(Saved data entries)
=== Section Start ===
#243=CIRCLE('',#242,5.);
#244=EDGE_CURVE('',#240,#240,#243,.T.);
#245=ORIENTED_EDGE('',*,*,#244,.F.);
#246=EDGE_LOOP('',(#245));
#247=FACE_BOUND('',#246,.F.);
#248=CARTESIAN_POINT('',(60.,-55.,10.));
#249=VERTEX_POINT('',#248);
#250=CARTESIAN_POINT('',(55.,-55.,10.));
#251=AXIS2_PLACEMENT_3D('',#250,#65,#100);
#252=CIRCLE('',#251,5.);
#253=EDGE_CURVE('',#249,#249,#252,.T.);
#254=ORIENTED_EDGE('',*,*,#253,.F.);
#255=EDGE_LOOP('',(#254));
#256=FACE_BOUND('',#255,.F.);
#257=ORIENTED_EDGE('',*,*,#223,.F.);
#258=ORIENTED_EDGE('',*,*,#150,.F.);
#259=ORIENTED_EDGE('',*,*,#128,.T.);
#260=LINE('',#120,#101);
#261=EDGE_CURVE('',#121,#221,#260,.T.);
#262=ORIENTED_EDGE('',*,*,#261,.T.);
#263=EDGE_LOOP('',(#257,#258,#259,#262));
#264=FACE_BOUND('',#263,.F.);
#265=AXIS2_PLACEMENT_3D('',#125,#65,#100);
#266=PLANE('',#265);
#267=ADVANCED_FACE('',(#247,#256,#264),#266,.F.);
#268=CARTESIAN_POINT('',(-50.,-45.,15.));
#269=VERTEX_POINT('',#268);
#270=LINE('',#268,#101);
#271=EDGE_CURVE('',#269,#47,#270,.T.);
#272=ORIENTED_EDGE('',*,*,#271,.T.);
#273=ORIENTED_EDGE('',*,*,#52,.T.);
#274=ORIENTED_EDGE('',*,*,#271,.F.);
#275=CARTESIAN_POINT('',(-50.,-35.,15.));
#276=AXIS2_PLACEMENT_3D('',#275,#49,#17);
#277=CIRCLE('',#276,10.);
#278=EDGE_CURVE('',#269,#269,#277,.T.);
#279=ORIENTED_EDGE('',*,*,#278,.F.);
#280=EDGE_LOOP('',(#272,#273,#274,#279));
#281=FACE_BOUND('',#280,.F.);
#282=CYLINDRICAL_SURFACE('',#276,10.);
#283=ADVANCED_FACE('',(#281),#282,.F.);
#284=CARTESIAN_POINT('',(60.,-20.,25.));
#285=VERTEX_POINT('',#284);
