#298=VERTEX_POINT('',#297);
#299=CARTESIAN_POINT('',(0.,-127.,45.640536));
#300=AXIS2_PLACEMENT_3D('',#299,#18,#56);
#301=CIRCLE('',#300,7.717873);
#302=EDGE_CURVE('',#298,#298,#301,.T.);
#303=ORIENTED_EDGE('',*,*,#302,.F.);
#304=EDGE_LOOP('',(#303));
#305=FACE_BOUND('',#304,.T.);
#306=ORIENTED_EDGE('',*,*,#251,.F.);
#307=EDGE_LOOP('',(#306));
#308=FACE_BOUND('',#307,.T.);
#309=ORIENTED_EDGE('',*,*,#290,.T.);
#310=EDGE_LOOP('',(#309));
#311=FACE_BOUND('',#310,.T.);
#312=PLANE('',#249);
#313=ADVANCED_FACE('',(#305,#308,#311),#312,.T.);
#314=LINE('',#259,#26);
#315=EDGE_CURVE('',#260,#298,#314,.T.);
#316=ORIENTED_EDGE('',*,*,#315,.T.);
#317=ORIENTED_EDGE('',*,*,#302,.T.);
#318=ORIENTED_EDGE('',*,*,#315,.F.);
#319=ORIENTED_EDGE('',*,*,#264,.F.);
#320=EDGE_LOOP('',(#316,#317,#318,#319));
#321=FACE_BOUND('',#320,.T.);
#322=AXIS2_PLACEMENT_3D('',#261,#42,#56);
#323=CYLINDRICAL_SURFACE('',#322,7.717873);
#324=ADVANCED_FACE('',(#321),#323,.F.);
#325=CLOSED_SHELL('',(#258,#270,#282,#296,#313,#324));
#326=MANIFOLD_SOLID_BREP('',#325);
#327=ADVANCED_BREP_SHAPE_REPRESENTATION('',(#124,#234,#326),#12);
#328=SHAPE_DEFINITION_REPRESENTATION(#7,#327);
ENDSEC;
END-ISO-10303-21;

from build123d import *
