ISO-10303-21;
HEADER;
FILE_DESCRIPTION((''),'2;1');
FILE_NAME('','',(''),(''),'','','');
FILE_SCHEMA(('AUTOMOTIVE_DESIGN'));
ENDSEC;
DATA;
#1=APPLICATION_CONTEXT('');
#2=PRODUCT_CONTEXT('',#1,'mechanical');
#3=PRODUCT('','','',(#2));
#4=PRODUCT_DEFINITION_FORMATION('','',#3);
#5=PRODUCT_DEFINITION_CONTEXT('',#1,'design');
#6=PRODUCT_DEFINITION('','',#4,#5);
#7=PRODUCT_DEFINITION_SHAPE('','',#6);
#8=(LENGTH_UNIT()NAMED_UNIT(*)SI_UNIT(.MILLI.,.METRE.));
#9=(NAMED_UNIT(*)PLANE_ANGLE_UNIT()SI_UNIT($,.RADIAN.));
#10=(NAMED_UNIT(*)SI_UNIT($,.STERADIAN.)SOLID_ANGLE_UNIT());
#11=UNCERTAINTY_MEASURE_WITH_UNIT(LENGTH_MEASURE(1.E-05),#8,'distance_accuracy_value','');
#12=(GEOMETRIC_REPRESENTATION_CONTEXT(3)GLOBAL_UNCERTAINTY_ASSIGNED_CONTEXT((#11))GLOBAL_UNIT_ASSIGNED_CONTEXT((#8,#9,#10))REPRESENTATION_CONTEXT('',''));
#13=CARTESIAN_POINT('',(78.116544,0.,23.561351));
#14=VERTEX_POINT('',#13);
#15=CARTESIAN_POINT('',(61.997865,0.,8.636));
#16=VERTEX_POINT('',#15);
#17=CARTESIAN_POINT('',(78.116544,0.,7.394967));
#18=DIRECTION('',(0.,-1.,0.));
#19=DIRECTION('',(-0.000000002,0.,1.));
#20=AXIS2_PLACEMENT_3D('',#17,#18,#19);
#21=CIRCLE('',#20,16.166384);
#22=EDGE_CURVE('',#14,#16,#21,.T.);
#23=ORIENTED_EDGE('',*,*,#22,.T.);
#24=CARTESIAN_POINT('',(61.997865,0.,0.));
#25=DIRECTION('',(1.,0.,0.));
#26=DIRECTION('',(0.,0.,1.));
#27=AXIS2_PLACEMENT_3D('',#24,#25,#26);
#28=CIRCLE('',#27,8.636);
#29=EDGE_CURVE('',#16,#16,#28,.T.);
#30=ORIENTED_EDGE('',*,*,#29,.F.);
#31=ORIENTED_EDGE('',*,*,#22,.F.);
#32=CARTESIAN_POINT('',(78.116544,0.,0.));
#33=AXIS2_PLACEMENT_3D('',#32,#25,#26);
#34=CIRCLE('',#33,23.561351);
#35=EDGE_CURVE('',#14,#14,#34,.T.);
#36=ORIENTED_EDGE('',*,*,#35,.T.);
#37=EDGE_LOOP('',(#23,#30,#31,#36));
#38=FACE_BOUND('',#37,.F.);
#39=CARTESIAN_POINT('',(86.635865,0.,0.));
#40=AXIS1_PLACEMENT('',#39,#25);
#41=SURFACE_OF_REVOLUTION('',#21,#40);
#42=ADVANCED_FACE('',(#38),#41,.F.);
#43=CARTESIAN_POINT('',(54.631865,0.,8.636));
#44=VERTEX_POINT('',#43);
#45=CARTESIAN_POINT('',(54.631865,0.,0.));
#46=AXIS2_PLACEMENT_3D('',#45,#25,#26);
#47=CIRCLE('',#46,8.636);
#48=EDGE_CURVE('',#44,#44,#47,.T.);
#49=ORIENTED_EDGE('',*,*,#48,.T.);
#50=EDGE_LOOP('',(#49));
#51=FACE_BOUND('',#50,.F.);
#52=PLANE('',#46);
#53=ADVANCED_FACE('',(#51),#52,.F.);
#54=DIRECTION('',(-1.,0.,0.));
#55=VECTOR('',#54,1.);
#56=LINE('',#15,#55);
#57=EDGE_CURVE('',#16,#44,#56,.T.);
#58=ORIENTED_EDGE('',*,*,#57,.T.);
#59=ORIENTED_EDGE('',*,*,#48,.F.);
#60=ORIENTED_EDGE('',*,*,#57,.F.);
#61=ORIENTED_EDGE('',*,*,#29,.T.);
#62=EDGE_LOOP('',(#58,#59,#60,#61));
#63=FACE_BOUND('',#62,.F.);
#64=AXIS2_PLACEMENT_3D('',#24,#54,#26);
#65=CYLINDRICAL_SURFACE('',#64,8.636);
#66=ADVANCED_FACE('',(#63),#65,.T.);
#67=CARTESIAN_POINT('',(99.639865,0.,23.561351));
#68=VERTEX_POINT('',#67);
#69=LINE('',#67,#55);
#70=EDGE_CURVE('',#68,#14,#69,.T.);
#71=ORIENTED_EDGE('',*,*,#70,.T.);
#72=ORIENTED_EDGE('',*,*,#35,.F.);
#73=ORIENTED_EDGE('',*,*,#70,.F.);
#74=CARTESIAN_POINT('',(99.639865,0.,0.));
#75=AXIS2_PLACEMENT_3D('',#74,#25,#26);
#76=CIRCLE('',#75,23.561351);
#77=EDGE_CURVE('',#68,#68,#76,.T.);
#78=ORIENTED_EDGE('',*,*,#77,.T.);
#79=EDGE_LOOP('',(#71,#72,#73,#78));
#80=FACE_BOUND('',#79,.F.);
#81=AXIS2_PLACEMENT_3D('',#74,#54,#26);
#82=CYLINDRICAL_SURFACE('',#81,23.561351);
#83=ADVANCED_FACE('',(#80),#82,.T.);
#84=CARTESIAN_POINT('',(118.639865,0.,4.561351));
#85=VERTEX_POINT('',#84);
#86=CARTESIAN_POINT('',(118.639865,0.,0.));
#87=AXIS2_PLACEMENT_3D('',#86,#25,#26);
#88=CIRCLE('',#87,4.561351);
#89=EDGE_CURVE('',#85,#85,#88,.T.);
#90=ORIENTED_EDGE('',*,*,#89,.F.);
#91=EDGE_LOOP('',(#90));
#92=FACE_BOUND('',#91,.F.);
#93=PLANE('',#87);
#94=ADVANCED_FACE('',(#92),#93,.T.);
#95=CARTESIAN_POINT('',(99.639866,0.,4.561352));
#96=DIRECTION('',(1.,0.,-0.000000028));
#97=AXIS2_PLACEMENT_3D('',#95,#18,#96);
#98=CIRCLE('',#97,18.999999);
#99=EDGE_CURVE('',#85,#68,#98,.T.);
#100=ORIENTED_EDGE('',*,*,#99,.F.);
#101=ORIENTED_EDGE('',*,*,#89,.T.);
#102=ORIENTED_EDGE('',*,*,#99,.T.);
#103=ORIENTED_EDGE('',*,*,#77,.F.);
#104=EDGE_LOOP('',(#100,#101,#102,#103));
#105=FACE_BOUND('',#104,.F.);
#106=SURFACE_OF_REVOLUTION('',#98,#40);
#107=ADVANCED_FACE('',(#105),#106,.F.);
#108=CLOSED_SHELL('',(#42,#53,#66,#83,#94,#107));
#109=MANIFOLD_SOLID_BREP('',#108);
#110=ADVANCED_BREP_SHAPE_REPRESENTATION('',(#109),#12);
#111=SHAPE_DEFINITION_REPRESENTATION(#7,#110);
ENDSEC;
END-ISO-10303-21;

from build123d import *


with BuildPart() as f1:
    # F0 (on Front) → F1 (revolve)
    with BuildSketch(Plane.XZ):
        with BuildLine():
            Line((54.631865, 8.636), (54.631865, 0))
            Line((54.631865, 0), (118.639865, 0))
            Line((118.639865, 0), (118.639865, 4.561351))
            ThreePointArc((118.639865, 4.561351), (113.074894, 17.99638), (99.639865, 23.561351))
            Line((99.639865, 23.561351), (78.116544, 23.561351))
            ThreePointArc((78.116544, 23.561351), (67.132716, 19.256986), (61.997865, 8.636))
            Line((61.997865, 8.636), (54.631865, 8.636))
        make_face()
    revolve(axis=Axis((86.635865, 0, 0), (1, 0, 0)))


solid = f1.part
=== Section End ===
# [Work to be completed]
Produce only the lines from the line containing "#311=FACE_BOUND('',#310,.T.);" through the line containing "#31=ORIENTED_EDGE('',*,*,#22,.F.);", inclusive of both, exactly as they stand in the entries above.

# [Written reply]
#311=FACE_BOUND('',#310,.T.);
#312=PLANE('',#249);
#313=ADVANCED_FACE('',(#305,#308,#311),#312,.T.);
#314=LINE('',#259,#26);
#315=EDGE_CURVE('',#260,#298,#314,.T.);
#316=ORIENTED_EDGE('',*,*,#315,.T.);
#317=ORIENTED_EDGE('',*,*,#302,.T.);
#318=ORIENTED_EDGE('',*,*,#315,.F.);
#319=ORIENTED_EDGE('',*,*,#264,.F.);
#320=EDGE_LOOP('',(#316,#317,#318,#319));
#321=FACE_BOUND('',#320,.T.);
#322=AXIS2_PLACEMENT_3D('',#261,#42,#56);
#323=CYLINDRICAL_SURFACE('',#322,7.717873);
#324=ADVANCED_FACE('',(#321),#323,.F.);
#325=CLOSED_SHELL('',(#258,#270,#282,#296,#313,#324));
#326=MANIFOLD_SOLID_BREP('',#325);
#327=ADVANCED_BREP_SHAPE_REPRESENTATION('',(#124,#234,#326),#12);
#328=SHAPE_DEFINITION_REPRESENTATION(#7,#327);
ENDSEC;
END-ISO-10303-21;

from build123d import *
ISO-10303-21;
HEADER;
FILE_DESCRIPTION((''),'2;1');
FILE_NAME('','',(''),(''),'','','');
FILE_SCHEMA(('AUTOMOTIVE_DESIGN'));
ENDSEC;
DATA;
#1=APPLICATION_CONTEXT('');
#2=PRODUCT_CONTEXT('',#1,'mechanical');
#3=PRODUCT('','','',(#2));
#4=PRODUCT_DEFINITION_FORMATION('','',#3);
#5=PRODUCT_DEFINITION_CONTEXT('',#1,'design');
#6=PRODUCT_DEFINITION('','',#4,#5);
#7=PRODUCT_DEFINITION_SHAPE('','',#6);
#8=(LENGTH_UNIT()NAMED_UNIT(*)SI_UNIT(.MILLI.,.METRE.));
#9=(NAMED_UNIT(*)PLANE_ANGLE_UNIT()SI_UNIT($,.RADIAN.));
#10=(NAMED_UNIT(*)SI_UNIT($,.STERADIAN.)SOLID_ANGLE_UNIT());
#11=UNCERTAINTY_MEASURE_WITH_UNIT(LENGTH_MEASURE(1.E-05),#8,'distance_accuracy_value','');
#12=(GEOMETRIC_REPRESENTATION_CONTEXT(3)GLOBAL_UNCERTAINTY_ASSIGNED_CONTEXT((#11))GLOBAL_UNIT_ASSIGNED_CONTEXT((#8,#9,#10))REPRESENTATION_CONTEXT('',''));
#13=CARTESIAN_POINT('',(78.116544,0.,23.561351));
#14=VERTEX_POINT('',#13);
#15=CARTESIAN_POINT('',(61.997865,0.,8.636));
#16=VERTEX_POINT('',#15);
#17=CARTESIAN_POINT('',(78.116544,0.,7.394967));
#18=DIRECTION('',(0.,-1.,0.));
#19=DIRECTION('',(-0.000000002,0.,1.));
#20=AXIS2_PLACEMENT_3D('',#17,#18,#19);
#21=CIRCLE('',#20,16.166384);
#22=EDGE_CURVE('',#14,#16,#21,.T.);
#23=ORIENTED_EDGE('',*,*,#22,.T.);
#24=CARTESIAN_POINT('',(61.997865,0.,0.));
#25=DIRECTION('',(1.,0.,0.));
#26=DIRECTION('',(0.,0.,1.));
#27=AXIS2_PLACEMENT_3D('',#24,#25,#26);
#28=CIRCLE('',#27,8.636);
#29=EDGE_CURVE('',#16,#16,#28,.T.);
#30=ORIENTED_EDGE('',*,*,#29,.F.);
#31=ORIENTED_EDGE('',*,*,#22,.F.);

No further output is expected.